- _What is needed_:
Somewhere below are a line with "f 175 176 178" and a later line with "f 169 197 162". Output exactly those lines and all lines between them.

##### Source material #####

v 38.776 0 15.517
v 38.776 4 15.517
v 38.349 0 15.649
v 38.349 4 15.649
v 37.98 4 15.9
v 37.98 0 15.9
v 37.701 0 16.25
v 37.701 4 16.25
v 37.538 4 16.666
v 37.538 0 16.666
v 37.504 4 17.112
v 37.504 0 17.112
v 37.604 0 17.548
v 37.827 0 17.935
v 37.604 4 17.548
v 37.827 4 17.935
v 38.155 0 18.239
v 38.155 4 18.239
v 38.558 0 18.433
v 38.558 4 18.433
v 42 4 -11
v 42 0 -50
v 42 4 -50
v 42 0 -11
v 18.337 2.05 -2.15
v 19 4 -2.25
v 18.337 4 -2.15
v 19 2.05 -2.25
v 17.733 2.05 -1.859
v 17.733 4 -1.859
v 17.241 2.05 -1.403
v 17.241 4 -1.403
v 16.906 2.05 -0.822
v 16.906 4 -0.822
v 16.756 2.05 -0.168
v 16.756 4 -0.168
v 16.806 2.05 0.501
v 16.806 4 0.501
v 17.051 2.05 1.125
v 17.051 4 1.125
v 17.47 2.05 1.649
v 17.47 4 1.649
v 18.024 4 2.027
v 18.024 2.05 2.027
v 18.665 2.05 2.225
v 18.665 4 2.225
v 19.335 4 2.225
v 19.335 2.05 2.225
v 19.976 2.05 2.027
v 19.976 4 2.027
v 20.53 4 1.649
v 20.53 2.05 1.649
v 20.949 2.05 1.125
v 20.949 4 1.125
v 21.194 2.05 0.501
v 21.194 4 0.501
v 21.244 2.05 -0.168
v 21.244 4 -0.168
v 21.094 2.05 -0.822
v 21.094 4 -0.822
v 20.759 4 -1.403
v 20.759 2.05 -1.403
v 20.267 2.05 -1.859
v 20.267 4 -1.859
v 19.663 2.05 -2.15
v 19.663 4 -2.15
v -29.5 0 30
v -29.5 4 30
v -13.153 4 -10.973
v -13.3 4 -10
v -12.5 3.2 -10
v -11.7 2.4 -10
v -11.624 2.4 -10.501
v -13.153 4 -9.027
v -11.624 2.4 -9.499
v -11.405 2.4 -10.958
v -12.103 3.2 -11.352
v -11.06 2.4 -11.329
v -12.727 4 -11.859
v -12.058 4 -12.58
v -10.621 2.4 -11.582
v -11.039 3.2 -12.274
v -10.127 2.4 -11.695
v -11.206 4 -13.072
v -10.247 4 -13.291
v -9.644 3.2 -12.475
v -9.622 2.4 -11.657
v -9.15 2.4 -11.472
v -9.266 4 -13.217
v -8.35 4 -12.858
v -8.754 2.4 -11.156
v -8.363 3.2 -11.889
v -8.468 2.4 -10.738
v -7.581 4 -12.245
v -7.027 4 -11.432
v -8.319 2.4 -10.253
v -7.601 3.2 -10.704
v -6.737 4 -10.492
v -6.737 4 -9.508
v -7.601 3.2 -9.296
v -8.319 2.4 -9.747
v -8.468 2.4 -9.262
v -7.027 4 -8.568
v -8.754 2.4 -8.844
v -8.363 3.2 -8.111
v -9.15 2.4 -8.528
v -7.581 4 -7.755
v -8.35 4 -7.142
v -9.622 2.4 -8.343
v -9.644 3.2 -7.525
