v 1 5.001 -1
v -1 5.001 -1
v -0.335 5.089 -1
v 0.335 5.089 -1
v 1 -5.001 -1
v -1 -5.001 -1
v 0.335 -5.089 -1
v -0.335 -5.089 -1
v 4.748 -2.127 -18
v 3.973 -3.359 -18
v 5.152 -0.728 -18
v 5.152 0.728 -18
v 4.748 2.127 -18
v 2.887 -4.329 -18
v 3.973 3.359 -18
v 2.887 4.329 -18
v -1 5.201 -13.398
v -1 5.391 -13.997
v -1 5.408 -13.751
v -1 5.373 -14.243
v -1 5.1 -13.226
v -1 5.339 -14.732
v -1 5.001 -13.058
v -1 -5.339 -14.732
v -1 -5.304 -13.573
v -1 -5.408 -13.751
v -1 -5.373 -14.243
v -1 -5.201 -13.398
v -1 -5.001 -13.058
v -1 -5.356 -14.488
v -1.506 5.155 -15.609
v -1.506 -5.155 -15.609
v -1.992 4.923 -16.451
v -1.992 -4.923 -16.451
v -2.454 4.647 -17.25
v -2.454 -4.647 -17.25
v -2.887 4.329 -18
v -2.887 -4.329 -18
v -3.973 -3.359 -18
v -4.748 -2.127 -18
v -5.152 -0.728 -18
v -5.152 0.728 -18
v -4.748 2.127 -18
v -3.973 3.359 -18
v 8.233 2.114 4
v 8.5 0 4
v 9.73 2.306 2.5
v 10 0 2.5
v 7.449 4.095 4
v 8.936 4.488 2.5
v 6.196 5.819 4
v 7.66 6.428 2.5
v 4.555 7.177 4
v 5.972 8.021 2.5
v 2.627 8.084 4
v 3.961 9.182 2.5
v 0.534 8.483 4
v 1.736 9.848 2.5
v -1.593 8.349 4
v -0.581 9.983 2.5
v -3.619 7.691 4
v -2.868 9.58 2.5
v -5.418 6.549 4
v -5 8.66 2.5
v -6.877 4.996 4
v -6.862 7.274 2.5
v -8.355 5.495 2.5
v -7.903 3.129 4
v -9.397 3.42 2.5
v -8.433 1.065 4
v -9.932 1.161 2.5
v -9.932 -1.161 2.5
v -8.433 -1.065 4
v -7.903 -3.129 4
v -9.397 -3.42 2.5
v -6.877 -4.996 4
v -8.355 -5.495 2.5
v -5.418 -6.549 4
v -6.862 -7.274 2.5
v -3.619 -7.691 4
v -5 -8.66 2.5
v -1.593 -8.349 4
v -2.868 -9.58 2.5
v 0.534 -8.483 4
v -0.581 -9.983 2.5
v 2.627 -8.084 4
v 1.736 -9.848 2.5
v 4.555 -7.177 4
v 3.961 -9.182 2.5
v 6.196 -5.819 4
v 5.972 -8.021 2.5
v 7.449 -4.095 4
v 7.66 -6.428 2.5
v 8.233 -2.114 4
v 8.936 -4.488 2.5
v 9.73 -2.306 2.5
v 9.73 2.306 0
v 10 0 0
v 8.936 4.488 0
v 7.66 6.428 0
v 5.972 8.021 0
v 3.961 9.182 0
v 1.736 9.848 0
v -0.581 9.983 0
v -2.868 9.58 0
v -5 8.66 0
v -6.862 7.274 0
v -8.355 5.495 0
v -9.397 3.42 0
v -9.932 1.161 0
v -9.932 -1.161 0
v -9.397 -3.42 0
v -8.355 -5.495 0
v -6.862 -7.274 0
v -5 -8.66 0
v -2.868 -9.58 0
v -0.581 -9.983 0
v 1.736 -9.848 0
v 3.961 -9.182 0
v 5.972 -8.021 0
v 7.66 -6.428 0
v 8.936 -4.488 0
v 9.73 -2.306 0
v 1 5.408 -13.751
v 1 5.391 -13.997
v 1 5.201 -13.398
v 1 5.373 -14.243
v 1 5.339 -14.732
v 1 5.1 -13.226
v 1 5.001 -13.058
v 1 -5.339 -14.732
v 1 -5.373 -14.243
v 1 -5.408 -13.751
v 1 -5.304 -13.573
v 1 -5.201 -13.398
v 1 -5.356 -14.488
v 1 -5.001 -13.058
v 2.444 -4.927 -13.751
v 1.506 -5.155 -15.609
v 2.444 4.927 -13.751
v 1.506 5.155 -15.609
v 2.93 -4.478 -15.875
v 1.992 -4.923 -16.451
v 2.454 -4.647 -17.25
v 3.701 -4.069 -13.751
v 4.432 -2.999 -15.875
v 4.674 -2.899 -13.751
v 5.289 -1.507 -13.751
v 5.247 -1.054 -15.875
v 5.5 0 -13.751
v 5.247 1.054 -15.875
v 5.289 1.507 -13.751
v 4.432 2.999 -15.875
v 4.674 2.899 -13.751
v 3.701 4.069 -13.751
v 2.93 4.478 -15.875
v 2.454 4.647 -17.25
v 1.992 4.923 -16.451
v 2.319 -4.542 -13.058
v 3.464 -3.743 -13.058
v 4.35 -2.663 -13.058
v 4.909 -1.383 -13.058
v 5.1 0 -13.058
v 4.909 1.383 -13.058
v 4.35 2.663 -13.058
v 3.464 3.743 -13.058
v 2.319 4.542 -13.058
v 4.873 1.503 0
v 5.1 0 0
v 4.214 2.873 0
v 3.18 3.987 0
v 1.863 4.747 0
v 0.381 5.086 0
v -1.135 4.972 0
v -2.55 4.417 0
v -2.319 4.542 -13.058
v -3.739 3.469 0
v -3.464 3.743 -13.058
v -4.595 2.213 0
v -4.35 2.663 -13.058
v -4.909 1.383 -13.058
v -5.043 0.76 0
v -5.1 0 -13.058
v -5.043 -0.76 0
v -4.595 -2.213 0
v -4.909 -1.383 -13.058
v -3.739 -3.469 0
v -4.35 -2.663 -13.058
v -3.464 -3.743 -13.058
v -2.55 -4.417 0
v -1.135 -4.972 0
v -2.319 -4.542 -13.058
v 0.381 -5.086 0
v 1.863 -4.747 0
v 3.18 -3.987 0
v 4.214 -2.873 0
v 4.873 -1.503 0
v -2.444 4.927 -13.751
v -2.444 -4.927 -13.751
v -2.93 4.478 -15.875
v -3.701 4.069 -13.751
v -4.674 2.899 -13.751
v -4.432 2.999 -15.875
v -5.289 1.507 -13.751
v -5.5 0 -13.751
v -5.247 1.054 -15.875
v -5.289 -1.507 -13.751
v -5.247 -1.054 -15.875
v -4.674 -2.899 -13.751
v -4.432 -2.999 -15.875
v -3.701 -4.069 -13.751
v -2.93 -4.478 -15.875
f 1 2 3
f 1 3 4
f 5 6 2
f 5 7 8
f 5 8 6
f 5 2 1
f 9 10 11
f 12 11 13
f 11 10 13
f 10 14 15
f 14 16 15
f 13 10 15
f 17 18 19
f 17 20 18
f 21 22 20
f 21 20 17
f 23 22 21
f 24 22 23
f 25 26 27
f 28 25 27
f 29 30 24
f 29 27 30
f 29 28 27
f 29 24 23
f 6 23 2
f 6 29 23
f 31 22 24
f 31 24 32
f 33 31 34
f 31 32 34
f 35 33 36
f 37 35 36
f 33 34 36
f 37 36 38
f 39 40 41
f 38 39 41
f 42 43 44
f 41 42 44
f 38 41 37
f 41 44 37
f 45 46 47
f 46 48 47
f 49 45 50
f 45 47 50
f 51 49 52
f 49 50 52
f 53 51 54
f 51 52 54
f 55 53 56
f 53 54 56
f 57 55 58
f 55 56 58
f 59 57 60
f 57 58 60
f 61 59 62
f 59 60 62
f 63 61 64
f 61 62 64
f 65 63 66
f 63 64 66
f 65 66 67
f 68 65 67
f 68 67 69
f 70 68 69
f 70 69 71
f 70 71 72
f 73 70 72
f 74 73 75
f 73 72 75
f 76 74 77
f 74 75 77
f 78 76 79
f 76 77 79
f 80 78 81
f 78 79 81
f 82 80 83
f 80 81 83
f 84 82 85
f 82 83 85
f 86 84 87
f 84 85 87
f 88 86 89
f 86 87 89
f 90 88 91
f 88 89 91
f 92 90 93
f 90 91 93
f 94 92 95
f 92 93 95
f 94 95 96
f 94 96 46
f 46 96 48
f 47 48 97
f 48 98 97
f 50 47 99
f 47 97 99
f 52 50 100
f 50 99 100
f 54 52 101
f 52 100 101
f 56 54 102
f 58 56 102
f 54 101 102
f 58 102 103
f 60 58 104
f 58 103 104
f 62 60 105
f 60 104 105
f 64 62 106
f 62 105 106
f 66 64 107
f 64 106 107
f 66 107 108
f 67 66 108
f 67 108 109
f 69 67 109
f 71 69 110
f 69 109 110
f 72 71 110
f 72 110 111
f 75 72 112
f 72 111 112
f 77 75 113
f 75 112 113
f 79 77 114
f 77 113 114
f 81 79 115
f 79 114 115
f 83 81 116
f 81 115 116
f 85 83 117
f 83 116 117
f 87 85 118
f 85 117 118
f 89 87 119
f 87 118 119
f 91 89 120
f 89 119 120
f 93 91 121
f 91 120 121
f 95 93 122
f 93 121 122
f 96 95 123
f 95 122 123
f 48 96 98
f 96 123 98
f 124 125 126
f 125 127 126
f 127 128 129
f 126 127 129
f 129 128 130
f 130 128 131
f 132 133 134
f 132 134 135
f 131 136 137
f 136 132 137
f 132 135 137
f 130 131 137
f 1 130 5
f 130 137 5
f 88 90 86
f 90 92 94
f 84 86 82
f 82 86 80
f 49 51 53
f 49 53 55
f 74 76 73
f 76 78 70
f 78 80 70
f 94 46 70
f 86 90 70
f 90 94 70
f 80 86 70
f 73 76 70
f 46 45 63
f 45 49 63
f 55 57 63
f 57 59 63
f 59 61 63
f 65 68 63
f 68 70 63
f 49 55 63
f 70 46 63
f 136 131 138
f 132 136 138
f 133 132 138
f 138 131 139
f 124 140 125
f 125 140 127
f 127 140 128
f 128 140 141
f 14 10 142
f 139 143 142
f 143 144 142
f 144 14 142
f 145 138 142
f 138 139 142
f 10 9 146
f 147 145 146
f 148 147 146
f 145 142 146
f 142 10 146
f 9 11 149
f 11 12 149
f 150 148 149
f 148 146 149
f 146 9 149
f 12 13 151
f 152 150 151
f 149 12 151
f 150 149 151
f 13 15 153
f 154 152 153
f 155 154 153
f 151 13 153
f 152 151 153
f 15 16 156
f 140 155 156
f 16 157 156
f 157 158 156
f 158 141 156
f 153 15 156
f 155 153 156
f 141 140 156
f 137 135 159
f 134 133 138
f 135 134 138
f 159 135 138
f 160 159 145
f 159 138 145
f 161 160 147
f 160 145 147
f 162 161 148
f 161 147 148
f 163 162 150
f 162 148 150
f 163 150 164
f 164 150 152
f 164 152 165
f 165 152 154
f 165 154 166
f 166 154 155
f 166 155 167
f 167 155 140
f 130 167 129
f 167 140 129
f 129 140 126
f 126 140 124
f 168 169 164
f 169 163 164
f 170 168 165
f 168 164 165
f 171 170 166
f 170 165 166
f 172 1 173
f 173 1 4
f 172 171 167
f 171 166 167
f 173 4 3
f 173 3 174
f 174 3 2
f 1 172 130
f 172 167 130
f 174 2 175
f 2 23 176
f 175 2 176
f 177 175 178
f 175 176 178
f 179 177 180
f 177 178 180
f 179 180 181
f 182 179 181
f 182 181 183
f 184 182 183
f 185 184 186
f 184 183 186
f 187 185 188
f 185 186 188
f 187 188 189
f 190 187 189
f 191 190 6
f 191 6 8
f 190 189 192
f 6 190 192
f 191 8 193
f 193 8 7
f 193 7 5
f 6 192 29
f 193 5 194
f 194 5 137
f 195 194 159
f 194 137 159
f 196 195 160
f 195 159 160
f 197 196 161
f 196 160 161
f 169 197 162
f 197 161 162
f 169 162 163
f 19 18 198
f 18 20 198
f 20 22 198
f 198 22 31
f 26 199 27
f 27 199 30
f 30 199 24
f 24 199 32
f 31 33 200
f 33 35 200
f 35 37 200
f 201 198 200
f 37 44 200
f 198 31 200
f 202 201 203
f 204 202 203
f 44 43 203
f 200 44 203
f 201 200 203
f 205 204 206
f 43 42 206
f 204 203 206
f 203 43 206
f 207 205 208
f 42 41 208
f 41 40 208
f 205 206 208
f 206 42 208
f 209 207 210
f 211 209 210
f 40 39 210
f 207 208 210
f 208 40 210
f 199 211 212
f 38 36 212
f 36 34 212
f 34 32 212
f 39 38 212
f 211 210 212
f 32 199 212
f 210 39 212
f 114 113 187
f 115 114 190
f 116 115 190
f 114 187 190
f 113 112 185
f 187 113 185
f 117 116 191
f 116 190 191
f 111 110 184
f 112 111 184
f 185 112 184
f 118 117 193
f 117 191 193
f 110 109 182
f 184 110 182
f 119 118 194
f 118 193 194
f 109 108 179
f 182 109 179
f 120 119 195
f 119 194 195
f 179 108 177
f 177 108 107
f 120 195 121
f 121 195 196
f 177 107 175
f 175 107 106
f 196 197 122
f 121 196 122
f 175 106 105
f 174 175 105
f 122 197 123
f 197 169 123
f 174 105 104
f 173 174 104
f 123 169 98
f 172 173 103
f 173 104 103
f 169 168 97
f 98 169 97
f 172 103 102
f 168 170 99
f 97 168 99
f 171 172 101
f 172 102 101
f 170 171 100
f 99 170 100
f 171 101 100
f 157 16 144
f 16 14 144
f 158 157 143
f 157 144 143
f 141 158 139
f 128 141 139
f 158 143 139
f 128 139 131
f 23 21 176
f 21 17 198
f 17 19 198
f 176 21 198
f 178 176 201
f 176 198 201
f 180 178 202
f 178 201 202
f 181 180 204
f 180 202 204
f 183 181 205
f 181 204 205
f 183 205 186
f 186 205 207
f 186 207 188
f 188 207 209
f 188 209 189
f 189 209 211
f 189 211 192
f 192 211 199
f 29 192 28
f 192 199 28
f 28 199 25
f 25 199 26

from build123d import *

# Parameters (mm, degrees)
SKETCH002_W  = 2
SKETCH002_H  = 25
PAD001_DEPTH = 15
PAD_DEPTH    = 7.5


with BuildPart() as pad001:
    # Sketch002 → Pad001 (new body, symmetric)
    with BuildSketch(Plane.XZ):
        with Locations((0, -13.5)):
            Rectangle(SKETCH002_W, SKETCH002_H)
    extrude(amount=PAD001_DEPTH, both=True)


with BuildPart() as pad:
    # Sketch001 → Pad (new body, symmetric)
    with BuildSketch(Plane.XZ):
        Polygon((8, -26.856406), (0, -13), (-8, -26.856406), align=None)
    extrude(amount=PAD_DEPTH, both=True)


with BuildPart() as cut001:
    # Sketch → Revolution (revolve)
    with BuildSketch(Plane.XZ):
        Polygon((0, 4), (8.5, 4), (10, 2.5), (10, 0), (5.1, 0), (5.1, -13.058023), (5.5, -13.750843), (5.20287, -18), (0, -18), align=None)
    revolve(axis=Axis((0, 0, 0), (0, 0, 1)))

    # Cut: cut Pad
    add(pad.part, mode=Mode.SUBTRACT)

    # Cut001: cut Pad001
    add(pad001.part, mode=Mode.SUBTRACT)


solid = cut001.part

#####

- _Result of the exercise_:
f 175 176 178
f 179 177 180
f 177 178 180
f 179 180 181
f 182 179 181
f 182 181 183
f 184 182 183
f 185 184 186
f 184 183 186
f 187 185 188
f 185 186 188
f 187 188 189
f 190 187 189
f 191 190 6
f 191 6 8
f 190 189 192
f 6 190 192
f 191 8 193
f 193 8 7
f 193 7 5
f 6 192 29
f 193 5 194
f 194 5 137
f 195 194 159
f 194 137 159
f 196 195 160
f 195 159 160
f 197 196 161
f 196 160 161
f 169 197 162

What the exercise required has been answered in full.